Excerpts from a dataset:

--- START ---

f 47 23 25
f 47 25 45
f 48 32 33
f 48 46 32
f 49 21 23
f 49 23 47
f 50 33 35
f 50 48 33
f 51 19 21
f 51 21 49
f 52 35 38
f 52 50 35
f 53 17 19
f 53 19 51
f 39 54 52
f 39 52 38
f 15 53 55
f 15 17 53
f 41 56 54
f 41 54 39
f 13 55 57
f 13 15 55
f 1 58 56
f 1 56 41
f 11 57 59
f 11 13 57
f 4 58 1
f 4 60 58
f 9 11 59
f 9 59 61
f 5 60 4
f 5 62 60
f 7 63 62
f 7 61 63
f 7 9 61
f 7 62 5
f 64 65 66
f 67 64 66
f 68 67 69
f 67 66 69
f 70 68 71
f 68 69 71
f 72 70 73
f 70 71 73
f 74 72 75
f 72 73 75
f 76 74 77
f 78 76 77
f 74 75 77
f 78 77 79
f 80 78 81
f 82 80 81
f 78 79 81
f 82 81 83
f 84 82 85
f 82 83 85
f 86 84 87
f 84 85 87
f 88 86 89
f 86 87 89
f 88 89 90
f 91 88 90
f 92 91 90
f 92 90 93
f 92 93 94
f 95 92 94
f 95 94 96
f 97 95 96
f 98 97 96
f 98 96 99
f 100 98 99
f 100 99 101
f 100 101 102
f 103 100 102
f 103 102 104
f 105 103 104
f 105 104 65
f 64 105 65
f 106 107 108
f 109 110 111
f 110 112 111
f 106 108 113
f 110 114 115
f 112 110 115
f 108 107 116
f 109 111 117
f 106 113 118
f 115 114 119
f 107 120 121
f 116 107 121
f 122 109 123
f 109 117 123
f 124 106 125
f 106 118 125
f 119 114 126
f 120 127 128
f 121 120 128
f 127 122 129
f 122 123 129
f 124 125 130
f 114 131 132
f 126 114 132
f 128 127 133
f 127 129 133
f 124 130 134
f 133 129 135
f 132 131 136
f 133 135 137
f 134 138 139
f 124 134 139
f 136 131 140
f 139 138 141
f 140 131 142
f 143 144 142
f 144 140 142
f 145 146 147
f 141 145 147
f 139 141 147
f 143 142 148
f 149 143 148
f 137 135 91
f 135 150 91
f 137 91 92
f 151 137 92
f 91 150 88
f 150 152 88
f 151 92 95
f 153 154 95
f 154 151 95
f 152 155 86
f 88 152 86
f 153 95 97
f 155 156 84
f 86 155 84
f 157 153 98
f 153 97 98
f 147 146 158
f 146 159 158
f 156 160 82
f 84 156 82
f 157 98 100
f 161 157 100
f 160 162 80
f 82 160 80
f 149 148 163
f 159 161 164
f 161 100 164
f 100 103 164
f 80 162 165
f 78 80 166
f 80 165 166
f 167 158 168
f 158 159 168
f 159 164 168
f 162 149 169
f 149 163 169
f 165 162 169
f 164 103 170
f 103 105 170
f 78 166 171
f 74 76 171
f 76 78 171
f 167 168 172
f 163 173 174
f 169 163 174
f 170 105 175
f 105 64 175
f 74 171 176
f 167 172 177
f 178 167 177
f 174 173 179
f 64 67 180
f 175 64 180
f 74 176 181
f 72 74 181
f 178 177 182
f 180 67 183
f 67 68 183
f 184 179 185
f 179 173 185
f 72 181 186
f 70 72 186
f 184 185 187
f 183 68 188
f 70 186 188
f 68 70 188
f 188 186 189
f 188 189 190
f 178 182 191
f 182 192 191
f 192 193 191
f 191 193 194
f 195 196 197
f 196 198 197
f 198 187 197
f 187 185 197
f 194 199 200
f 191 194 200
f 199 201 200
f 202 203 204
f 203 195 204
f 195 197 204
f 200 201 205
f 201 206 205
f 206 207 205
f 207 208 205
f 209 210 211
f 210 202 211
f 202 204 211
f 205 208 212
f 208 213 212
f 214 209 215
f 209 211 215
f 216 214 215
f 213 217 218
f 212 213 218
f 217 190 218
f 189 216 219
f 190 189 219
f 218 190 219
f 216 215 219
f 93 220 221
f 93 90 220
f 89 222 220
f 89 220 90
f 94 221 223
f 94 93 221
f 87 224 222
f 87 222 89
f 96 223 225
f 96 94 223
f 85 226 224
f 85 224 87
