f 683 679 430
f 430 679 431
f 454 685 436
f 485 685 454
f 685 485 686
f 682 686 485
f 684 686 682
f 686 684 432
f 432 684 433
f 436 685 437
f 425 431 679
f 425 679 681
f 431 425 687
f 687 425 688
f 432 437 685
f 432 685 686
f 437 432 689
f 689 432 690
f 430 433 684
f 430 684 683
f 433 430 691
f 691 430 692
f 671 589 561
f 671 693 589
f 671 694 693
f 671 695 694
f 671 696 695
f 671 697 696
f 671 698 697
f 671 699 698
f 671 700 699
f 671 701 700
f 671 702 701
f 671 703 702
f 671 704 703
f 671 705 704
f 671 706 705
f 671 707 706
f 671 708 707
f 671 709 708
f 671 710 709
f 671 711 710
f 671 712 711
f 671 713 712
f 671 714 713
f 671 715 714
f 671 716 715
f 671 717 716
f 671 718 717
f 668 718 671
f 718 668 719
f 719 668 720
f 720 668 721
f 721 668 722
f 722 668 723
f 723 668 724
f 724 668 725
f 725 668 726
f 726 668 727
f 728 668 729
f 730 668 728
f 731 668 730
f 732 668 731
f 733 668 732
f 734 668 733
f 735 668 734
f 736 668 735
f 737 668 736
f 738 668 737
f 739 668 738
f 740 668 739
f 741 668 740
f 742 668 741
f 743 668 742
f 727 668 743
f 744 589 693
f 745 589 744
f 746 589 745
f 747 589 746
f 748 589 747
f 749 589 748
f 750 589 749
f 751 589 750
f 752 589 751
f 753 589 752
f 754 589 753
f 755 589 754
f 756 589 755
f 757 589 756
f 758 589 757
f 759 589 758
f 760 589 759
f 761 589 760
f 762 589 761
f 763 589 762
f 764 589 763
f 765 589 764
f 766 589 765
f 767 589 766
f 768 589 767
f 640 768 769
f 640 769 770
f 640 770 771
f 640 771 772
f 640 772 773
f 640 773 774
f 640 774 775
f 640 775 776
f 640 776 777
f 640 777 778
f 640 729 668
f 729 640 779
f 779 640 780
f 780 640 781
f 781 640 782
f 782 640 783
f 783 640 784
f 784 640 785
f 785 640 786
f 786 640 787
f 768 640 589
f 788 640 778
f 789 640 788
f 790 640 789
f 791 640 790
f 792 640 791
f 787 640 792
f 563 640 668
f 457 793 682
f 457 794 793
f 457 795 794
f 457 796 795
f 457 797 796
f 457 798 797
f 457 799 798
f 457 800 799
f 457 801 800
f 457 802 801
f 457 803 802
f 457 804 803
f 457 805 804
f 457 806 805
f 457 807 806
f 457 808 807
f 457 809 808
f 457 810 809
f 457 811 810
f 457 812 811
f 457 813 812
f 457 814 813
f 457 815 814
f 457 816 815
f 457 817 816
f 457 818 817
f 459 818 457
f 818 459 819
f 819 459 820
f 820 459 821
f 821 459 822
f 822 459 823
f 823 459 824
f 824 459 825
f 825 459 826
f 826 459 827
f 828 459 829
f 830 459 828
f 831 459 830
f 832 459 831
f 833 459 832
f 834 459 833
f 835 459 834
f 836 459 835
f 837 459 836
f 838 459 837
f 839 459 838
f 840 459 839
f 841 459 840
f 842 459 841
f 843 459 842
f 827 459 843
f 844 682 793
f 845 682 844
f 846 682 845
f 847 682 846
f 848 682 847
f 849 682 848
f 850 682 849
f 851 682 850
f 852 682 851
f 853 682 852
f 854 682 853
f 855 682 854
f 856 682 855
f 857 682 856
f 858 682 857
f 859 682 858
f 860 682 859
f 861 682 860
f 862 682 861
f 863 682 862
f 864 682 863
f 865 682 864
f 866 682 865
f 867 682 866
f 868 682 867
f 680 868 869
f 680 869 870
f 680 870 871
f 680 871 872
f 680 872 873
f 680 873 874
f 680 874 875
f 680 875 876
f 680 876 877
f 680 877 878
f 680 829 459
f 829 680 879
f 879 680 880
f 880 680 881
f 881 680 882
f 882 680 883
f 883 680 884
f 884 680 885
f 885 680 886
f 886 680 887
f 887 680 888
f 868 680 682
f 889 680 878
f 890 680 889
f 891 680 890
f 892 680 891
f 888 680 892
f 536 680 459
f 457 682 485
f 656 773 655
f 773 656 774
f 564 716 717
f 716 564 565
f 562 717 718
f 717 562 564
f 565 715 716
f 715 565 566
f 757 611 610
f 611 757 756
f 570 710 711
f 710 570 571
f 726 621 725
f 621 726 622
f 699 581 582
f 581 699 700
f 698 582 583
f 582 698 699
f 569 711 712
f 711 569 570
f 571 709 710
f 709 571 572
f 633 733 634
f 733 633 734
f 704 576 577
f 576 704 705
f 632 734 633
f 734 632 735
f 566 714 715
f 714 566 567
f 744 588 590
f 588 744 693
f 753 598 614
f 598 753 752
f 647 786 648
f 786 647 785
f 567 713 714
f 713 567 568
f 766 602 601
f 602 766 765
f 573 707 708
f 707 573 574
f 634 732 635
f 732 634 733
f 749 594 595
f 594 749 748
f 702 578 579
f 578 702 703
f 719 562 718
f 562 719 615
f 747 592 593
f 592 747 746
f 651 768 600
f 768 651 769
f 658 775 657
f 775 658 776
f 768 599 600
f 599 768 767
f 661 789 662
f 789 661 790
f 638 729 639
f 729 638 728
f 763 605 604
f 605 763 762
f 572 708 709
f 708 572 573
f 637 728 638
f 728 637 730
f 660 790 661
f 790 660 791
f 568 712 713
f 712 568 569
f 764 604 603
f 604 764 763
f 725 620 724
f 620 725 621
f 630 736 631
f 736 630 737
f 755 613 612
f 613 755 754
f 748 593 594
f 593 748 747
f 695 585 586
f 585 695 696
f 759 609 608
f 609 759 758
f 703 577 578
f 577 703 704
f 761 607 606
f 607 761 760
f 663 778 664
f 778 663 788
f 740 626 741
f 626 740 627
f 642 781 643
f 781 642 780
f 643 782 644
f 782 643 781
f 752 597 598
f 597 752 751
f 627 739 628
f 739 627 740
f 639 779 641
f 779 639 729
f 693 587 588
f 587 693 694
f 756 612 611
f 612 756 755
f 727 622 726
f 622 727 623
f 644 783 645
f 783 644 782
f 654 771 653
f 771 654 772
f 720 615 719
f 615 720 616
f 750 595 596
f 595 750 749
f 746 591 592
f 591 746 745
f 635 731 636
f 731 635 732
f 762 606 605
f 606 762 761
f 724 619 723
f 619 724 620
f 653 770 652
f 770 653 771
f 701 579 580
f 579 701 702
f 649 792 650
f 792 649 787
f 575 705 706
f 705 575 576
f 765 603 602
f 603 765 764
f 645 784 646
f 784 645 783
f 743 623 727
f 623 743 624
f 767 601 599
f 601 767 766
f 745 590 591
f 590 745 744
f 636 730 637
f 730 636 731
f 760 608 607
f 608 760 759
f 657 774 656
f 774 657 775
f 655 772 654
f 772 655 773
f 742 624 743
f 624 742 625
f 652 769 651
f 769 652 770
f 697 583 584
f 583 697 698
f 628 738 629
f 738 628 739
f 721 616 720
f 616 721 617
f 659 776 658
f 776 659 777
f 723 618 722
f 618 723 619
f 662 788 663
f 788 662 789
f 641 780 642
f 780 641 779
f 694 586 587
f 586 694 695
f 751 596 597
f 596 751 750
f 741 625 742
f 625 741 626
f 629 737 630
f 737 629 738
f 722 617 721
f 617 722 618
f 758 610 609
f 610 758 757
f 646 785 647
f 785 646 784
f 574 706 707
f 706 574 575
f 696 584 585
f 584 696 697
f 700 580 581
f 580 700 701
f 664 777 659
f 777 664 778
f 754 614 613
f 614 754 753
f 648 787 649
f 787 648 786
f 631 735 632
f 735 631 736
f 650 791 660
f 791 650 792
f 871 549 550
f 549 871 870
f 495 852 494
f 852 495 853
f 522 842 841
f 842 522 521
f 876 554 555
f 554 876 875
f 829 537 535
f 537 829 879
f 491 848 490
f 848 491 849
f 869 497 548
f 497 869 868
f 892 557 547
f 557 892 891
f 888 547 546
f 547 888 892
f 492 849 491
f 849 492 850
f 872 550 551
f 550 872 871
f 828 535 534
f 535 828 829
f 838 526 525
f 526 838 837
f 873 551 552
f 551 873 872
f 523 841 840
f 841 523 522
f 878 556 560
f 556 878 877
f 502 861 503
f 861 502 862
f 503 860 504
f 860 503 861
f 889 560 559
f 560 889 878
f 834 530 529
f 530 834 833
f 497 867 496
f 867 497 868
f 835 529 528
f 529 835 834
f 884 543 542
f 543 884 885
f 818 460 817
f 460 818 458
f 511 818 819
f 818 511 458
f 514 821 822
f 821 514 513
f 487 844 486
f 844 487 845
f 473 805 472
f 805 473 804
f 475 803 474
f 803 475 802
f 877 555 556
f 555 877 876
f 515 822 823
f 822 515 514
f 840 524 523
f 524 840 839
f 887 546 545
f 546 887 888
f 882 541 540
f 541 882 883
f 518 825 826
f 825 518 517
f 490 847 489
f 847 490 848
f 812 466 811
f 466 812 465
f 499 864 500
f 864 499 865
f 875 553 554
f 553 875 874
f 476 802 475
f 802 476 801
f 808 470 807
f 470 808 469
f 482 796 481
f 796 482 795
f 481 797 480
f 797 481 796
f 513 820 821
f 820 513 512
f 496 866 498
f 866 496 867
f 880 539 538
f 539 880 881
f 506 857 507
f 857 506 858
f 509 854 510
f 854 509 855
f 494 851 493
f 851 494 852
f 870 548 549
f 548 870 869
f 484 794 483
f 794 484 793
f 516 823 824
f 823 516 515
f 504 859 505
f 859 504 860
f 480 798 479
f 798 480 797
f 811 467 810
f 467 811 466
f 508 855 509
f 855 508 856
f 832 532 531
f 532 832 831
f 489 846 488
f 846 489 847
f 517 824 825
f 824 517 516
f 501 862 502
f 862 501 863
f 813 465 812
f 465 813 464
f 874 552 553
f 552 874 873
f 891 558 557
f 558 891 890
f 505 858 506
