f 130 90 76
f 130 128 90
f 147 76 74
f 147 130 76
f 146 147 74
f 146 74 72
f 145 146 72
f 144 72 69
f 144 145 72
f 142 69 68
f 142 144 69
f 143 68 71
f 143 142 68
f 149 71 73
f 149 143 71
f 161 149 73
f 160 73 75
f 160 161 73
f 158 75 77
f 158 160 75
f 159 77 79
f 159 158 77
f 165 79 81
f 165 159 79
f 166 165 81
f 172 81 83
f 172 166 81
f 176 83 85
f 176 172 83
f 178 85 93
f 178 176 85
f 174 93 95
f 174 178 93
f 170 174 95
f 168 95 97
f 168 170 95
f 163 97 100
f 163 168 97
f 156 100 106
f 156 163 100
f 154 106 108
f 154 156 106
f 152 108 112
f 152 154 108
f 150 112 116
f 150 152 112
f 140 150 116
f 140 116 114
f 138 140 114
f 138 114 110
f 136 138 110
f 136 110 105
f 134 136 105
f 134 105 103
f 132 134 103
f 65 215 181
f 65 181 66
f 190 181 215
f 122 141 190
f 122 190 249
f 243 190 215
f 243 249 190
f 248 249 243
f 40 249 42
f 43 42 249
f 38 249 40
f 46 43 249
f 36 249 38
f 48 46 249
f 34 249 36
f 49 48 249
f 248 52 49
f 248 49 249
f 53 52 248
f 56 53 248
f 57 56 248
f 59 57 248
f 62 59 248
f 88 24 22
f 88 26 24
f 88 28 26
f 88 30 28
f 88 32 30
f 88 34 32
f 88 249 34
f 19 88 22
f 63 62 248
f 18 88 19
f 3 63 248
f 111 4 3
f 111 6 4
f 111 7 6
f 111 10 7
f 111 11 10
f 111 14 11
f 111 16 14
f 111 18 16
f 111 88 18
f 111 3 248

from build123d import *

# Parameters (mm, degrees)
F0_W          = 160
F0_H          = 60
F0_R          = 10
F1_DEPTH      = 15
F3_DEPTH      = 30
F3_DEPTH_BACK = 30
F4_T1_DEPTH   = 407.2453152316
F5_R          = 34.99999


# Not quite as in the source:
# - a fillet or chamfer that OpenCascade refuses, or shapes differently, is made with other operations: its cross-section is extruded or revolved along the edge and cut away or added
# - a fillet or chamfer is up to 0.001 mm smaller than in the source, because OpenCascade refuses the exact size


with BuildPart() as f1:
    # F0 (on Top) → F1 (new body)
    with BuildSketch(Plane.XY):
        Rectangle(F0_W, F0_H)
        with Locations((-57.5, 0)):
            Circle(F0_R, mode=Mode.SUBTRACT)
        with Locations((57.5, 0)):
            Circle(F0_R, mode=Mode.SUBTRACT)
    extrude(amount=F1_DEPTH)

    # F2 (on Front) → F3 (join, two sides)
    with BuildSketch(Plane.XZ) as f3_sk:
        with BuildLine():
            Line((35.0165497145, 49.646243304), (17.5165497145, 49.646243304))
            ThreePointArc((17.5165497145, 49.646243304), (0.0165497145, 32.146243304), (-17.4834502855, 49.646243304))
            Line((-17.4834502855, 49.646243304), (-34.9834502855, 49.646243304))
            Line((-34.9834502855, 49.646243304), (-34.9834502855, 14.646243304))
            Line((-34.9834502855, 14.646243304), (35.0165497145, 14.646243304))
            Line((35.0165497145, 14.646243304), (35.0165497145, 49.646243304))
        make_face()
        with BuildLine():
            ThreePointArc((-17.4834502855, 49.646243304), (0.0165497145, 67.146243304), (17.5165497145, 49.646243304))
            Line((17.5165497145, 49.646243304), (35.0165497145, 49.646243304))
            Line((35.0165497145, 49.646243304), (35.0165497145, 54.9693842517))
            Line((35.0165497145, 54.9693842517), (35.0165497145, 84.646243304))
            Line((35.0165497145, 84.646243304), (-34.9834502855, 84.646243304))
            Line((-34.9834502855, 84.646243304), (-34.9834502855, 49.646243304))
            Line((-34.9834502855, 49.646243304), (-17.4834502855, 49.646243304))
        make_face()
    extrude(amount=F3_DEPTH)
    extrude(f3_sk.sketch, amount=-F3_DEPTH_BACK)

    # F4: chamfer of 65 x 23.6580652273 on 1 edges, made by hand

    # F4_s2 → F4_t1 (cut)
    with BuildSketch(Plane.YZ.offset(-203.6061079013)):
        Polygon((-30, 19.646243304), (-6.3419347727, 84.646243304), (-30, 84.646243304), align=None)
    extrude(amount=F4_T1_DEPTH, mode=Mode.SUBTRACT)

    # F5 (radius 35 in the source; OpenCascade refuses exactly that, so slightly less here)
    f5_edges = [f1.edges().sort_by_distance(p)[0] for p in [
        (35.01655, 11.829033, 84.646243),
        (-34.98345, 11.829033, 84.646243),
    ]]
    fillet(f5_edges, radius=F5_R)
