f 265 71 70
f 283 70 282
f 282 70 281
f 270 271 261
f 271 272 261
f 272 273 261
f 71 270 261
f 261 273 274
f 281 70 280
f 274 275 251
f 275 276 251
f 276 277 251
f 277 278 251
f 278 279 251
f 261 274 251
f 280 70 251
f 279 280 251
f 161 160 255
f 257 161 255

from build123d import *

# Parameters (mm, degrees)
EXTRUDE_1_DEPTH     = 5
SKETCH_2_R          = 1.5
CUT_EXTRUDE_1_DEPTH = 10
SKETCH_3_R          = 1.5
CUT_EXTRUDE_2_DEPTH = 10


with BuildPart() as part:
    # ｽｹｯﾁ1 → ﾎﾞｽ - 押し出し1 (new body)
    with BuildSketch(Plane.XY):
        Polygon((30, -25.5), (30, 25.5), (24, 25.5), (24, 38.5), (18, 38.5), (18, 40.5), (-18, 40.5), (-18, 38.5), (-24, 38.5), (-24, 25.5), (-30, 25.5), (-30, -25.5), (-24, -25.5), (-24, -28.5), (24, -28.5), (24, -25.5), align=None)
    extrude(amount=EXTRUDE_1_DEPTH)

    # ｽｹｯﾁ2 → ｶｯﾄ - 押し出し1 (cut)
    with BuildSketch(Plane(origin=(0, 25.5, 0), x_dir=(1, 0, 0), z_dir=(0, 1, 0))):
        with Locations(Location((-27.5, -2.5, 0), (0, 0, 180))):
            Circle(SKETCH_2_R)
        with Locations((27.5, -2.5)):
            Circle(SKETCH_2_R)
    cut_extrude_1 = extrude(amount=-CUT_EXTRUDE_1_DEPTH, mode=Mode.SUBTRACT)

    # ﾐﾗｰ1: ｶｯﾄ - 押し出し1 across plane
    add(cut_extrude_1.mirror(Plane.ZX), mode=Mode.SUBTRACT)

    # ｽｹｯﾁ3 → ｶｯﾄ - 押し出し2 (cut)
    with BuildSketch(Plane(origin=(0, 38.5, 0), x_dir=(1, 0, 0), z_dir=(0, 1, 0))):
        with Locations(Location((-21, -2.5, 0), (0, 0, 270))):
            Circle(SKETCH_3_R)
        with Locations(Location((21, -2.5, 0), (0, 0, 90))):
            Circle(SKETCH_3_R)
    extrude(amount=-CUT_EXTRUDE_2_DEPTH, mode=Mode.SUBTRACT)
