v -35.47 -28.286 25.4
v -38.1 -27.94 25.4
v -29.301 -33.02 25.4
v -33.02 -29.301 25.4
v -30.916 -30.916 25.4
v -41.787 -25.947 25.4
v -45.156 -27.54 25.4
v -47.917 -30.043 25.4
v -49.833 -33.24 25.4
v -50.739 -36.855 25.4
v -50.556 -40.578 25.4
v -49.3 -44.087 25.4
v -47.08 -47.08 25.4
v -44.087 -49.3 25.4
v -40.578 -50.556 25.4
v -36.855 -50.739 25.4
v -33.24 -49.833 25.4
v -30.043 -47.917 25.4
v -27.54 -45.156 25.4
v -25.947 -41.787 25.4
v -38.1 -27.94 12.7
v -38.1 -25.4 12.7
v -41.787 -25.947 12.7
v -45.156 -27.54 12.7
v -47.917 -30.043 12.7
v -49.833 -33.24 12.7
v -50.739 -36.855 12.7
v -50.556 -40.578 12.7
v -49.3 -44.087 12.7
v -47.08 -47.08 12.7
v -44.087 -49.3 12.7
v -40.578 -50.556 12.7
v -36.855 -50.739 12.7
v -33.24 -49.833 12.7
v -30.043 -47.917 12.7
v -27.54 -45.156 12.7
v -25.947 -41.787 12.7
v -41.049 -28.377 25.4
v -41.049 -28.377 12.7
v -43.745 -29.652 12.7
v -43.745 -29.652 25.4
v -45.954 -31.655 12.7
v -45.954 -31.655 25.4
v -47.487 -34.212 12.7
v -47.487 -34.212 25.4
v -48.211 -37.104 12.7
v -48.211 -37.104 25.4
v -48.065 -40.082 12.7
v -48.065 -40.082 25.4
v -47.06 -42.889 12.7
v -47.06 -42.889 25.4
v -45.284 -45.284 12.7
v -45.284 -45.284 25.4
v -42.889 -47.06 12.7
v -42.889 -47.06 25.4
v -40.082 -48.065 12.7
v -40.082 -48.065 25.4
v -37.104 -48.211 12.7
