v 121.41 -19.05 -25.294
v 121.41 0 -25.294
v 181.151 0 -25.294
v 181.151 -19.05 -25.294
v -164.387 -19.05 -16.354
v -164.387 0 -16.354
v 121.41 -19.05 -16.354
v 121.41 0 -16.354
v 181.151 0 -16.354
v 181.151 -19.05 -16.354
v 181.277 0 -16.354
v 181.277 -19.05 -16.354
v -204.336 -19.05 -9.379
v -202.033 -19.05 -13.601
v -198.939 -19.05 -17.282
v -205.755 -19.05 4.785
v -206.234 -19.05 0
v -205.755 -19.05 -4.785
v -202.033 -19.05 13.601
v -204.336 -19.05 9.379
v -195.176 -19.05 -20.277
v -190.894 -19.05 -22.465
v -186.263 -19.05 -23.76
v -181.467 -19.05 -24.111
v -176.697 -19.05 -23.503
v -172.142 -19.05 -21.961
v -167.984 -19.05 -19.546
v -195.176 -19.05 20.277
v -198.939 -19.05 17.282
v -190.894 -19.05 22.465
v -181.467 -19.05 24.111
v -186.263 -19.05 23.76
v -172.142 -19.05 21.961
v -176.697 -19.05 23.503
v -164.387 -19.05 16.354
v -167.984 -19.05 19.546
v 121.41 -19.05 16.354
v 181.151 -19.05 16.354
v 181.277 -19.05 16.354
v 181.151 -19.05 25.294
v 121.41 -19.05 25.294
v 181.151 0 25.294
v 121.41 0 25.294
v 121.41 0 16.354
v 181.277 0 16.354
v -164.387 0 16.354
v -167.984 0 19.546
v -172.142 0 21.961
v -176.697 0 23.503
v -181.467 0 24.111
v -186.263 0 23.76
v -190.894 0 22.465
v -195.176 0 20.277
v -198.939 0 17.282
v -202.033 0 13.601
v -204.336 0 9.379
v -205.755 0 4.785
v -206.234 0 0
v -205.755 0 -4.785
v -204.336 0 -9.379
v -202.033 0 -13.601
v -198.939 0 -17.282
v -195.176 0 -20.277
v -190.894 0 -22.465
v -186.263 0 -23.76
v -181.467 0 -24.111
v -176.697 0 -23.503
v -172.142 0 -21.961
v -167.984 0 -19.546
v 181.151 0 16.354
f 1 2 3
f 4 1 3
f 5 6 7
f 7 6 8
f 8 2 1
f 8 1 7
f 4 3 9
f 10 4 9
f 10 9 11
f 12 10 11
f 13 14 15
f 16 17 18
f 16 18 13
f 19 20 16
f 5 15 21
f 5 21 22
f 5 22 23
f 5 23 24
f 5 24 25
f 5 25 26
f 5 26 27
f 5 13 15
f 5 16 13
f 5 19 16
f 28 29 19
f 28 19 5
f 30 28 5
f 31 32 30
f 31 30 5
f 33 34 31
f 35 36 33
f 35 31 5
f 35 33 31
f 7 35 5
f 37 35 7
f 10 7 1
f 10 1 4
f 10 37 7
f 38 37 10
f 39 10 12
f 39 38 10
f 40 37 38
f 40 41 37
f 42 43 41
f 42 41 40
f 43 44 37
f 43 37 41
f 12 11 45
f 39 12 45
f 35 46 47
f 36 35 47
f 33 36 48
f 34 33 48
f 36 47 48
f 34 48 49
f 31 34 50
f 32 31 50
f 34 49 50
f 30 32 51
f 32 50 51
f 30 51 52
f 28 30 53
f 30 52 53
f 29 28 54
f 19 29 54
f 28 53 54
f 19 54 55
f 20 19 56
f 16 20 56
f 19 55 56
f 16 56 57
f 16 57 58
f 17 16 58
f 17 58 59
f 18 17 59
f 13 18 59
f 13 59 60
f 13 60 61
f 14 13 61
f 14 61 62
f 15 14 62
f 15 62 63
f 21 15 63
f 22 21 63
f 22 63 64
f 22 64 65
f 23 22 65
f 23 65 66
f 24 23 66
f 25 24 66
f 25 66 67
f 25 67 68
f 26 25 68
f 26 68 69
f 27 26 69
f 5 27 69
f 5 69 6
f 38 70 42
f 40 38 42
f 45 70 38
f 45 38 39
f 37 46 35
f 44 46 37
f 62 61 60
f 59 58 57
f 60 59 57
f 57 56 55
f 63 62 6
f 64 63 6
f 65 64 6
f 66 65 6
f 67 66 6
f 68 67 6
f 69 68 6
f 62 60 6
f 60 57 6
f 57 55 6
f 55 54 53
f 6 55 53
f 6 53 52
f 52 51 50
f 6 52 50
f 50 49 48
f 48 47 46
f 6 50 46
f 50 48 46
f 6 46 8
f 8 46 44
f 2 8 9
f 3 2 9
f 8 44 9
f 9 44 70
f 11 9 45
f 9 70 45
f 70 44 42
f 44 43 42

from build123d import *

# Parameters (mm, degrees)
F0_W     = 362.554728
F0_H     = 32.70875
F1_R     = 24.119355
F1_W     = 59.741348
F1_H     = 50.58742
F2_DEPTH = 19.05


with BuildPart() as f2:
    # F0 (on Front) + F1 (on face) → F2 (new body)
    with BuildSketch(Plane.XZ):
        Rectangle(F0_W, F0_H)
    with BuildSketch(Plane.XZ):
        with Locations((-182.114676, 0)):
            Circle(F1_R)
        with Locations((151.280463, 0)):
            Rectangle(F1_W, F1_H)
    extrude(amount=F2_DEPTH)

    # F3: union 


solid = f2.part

--- END ---

> **Your task**: Output exactly the leading lines of the data, up to and including the line marked by "f 106 107 108".

> **Task response**:
f 47 23 25
f 47 25 45
f 48 32 33
f 48 46 32
f 49 21 23
f 49 23 47
f 50 33 35
f 50 48 33
f 51 19 21
f 51 21 49
f 52 35 38
f 52 50 35
f 53 17 19
f 53 19 51
f 39 54 52
f 39 52 38
f 15 53 55
f 15 17 53
f 41 56 54
f 41 54 39
f 13 55 57
f 13 15 55
f 1 58 56
f 1 56 41
f 11 57 59
f 11 13 57
f 4 58 1
f 4 60 58
f 9 11 59
f 9 59 61
f 5 60 4
f 5 62 60
f 7 63 62
f 7 61 63
f 7 9 61
f 7 62 5
f 64 65 66
f 67 64 66
f 68 67 69
f 67 66 69
f 70 68 71
f 68 69 71
f 72 70 73
f 70 71 73
f 74 72 75
f 72 73 75
f 76 74 77
f 78 76 77
f 74 75 77
f 78 77 79
f 80 78 81
f 82 80 81
f 78 79 81
f 82 81 83
f 84 82 85
f 82 83 85
f 86 84 87
f 84 85 87
f 88 86 89
f 86 87 89
f 88 89 90
f 91 88 90
f 92 91 90
f 92 90 93
f 92 93 94
f 95 92 94
f 95 94 96
f 97 95 96
f 98 97 96
f 98 96 99
f 100 98 99
f 100 99 101
f 100 101 102
f 103 100 102
f 103 102 104
f 105 103 104
f 105 104 65
f 64 105 65
f 106 107 108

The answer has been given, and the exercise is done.